Unlike the crude extract and its n-butanol fraction, the chloroform fraction increased urine output at only the highest dose employed and failed to show appreciable electrolyte excretion. The observed difference in pharmacological response might be due to differential distribution of active phytoconsituents in the extract as well as its fractions.

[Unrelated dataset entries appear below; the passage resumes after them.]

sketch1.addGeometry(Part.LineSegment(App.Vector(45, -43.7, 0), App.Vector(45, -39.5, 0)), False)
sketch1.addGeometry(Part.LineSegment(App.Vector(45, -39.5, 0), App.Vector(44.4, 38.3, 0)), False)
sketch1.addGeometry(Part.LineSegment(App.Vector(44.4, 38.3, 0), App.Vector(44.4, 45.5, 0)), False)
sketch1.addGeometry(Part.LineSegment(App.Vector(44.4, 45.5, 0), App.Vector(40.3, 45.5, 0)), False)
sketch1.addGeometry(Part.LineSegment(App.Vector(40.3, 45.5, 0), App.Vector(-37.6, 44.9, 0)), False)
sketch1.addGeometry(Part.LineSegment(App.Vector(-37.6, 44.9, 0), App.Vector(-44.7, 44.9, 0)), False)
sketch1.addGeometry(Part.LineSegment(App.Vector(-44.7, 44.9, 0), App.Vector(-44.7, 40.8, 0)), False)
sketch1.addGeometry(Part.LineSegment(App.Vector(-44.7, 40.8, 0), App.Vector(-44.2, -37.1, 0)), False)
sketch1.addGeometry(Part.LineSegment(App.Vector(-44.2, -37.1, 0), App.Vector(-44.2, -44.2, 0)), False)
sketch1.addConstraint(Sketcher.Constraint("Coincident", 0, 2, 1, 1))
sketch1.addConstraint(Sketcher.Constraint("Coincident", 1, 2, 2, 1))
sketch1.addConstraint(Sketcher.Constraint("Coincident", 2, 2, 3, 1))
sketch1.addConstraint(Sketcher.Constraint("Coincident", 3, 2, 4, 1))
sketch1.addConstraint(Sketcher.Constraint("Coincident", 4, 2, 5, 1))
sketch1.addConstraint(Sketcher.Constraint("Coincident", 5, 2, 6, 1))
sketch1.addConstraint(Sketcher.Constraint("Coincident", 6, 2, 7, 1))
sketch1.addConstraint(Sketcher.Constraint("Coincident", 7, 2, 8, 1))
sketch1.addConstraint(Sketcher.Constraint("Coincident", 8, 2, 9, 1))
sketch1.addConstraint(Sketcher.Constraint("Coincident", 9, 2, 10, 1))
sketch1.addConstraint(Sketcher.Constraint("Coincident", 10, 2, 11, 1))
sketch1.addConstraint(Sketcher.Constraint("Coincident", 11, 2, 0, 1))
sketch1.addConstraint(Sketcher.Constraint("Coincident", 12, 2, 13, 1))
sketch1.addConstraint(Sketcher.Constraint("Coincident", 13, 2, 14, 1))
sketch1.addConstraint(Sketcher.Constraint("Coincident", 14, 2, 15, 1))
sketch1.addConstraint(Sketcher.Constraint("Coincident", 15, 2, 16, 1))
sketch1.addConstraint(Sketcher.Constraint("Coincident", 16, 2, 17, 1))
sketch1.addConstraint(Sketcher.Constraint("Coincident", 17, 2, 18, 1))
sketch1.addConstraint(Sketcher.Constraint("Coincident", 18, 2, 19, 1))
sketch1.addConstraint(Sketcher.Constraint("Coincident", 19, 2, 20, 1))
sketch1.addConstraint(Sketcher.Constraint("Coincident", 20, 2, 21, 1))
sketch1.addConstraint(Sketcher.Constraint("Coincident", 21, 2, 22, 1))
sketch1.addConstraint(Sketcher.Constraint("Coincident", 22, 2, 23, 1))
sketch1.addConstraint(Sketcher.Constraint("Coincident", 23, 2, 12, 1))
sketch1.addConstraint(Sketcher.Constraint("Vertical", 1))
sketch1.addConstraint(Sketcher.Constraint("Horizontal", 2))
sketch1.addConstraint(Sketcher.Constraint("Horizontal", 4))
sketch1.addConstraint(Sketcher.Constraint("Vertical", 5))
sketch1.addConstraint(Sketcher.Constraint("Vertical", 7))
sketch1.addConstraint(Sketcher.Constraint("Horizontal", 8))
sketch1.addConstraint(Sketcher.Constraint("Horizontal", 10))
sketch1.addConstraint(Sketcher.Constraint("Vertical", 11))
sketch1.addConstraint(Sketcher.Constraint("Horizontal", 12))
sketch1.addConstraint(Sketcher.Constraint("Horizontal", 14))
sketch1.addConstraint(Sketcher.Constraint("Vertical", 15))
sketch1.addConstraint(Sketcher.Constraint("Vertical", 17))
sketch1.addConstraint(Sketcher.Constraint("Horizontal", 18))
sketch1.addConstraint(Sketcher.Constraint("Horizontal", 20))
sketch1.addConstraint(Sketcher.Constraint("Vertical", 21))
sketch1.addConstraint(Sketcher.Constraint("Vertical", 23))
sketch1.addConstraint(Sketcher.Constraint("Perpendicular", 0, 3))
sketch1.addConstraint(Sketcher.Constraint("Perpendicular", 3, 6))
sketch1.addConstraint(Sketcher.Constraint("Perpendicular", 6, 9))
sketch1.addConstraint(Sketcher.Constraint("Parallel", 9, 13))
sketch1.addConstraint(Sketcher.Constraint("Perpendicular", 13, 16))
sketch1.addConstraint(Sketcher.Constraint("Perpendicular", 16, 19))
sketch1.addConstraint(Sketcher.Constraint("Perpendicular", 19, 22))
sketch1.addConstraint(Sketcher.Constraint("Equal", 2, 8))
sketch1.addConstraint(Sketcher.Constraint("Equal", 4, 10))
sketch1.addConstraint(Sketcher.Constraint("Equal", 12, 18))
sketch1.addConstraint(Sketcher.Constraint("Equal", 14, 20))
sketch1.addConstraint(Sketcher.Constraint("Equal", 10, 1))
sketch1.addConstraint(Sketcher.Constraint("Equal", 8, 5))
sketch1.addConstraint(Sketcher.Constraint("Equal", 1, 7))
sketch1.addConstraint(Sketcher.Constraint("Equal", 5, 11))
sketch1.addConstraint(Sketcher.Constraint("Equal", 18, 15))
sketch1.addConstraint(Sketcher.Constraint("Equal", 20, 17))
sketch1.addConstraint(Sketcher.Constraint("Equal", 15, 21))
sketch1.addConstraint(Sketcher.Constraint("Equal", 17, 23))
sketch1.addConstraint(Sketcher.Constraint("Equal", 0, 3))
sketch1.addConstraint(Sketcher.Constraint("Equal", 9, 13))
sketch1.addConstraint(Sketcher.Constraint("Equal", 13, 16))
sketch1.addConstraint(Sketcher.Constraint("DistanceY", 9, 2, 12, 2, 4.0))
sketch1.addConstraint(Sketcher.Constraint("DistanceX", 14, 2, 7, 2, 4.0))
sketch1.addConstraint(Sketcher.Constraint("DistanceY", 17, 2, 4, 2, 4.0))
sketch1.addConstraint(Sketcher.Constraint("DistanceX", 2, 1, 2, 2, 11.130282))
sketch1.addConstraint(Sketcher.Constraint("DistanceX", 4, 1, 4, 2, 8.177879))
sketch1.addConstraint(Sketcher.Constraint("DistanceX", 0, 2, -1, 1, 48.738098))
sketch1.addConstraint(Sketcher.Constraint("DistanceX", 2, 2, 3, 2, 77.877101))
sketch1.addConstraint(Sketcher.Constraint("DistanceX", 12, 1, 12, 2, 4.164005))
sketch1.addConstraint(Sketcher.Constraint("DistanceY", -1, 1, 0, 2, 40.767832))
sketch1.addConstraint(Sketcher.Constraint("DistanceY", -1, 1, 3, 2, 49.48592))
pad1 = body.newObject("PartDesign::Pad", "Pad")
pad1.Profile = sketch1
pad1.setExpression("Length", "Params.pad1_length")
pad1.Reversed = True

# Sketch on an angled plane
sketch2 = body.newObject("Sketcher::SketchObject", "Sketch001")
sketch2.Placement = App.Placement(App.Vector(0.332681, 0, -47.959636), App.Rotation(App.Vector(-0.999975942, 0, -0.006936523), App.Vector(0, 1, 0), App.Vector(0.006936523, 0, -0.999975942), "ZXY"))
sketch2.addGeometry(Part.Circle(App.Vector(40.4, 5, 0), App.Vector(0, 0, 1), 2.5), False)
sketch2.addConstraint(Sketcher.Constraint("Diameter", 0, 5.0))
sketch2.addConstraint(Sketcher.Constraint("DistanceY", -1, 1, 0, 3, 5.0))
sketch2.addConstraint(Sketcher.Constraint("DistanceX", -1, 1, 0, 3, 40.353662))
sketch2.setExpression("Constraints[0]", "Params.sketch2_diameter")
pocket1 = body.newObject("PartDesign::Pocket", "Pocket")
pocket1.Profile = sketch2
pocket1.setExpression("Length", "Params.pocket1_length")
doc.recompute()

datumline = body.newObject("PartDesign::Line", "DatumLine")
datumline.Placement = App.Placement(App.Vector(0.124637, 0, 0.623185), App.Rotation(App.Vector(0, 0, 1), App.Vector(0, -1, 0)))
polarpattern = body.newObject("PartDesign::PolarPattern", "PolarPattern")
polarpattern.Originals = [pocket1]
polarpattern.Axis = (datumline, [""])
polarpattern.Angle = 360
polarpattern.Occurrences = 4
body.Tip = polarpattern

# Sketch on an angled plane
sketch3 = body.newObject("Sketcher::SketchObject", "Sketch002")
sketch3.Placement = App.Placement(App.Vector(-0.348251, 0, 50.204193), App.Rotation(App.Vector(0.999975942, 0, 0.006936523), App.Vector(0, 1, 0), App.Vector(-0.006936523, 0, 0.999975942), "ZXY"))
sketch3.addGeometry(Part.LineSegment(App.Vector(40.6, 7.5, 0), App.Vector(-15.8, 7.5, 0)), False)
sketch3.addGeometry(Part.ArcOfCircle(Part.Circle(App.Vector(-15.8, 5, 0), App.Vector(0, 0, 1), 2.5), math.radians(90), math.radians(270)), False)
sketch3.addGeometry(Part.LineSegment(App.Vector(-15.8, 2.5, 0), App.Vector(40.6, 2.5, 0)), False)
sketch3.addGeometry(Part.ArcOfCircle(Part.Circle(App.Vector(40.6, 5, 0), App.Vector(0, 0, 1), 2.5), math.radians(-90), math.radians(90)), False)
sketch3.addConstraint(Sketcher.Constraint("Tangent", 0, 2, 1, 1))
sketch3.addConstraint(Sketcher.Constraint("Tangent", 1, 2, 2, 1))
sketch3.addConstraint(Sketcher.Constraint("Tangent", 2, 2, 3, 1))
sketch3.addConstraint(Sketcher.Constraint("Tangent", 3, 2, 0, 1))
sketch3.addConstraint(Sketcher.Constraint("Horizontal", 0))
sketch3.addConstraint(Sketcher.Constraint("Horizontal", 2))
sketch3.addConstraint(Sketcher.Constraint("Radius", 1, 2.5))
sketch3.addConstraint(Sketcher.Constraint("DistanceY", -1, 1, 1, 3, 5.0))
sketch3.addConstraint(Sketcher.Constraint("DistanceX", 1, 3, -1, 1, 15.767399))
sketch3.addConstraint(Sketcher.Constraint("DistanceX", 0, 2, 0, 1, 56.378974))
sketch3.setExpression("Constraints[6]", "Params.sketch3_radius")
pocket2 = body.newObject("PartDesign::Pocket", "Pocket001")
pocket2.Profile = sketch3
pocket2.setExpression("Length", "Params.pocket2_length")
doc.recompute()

Na+/K+ appears to be translatable biomarker of mineralocorticoid receptor (MR) antagonism following administration of single or multiple doses of compounds where in MR blockade causes an increase in urinary Na+/K+ in rats [18]. Na+/K+ is also an important indicator of natriuresis as sodium is considered an important external factor responsible for primary hypertension as well as water retention [16]. Beside serving as an indicator of a good natriuretic activity, a Na+/K+ ratio of >2 also shows the ability of the test substance to excrete more large sodium ion than potassium ion which is a very essential quality for a good diuretic [19]. Whereas values >10 indicate a potassium sparing activity which was not seen in all test substances including the thiazide reference drug in this study.
The essential oil of the leaves of T. serrulatus were found to contain p-cymene (13%), gamma-terpinene (13%) and thymol (49%) as major components [20]. Moreover, the phytochemical screening of the powdered dried leaves of T. serrulatus , revealed the presence of polyphenols, alkaloids, tannins, saponnins and phytosterols [21]. Phytoconstituents such as theobromine (alkaloid) [22], 2 (Aminomethyl) phenols [23] are known for their appreciable diuretic activity. While it is impossible to predict the phytoconstituents responsible for the observed diuretic activity of T. serrulatus , it can be suggested that its diverse content of polar phytoconstituents such as phenolic compounds might be responsible for the perceived response of the n- butanol fraction in mice.
In the light of the outcome of this study, it is reasonable to infer that the 80% methanol crude extract of the leaves of T. serrulatus and its nbutanol fraction have a diuretic spectrum similar to that of the standard diuretic, HCTZ, which correlates well with the traditional use of the plant in the treatment of renal disorders and hypertension. However, further studies have to be pursued to come up with the possible mechanism/s of diuretic action and the active component responsible for the diuretic action.
The authors are thankful for the financial support provided by School of Graduate Studies of Addis Ababa University and Ministry of Finance and Economic Development through Ethiopian Public Health Institute. We also would like to thank the staff of the Traditional and Modern Medicine Research Directorate for their assistance during the study.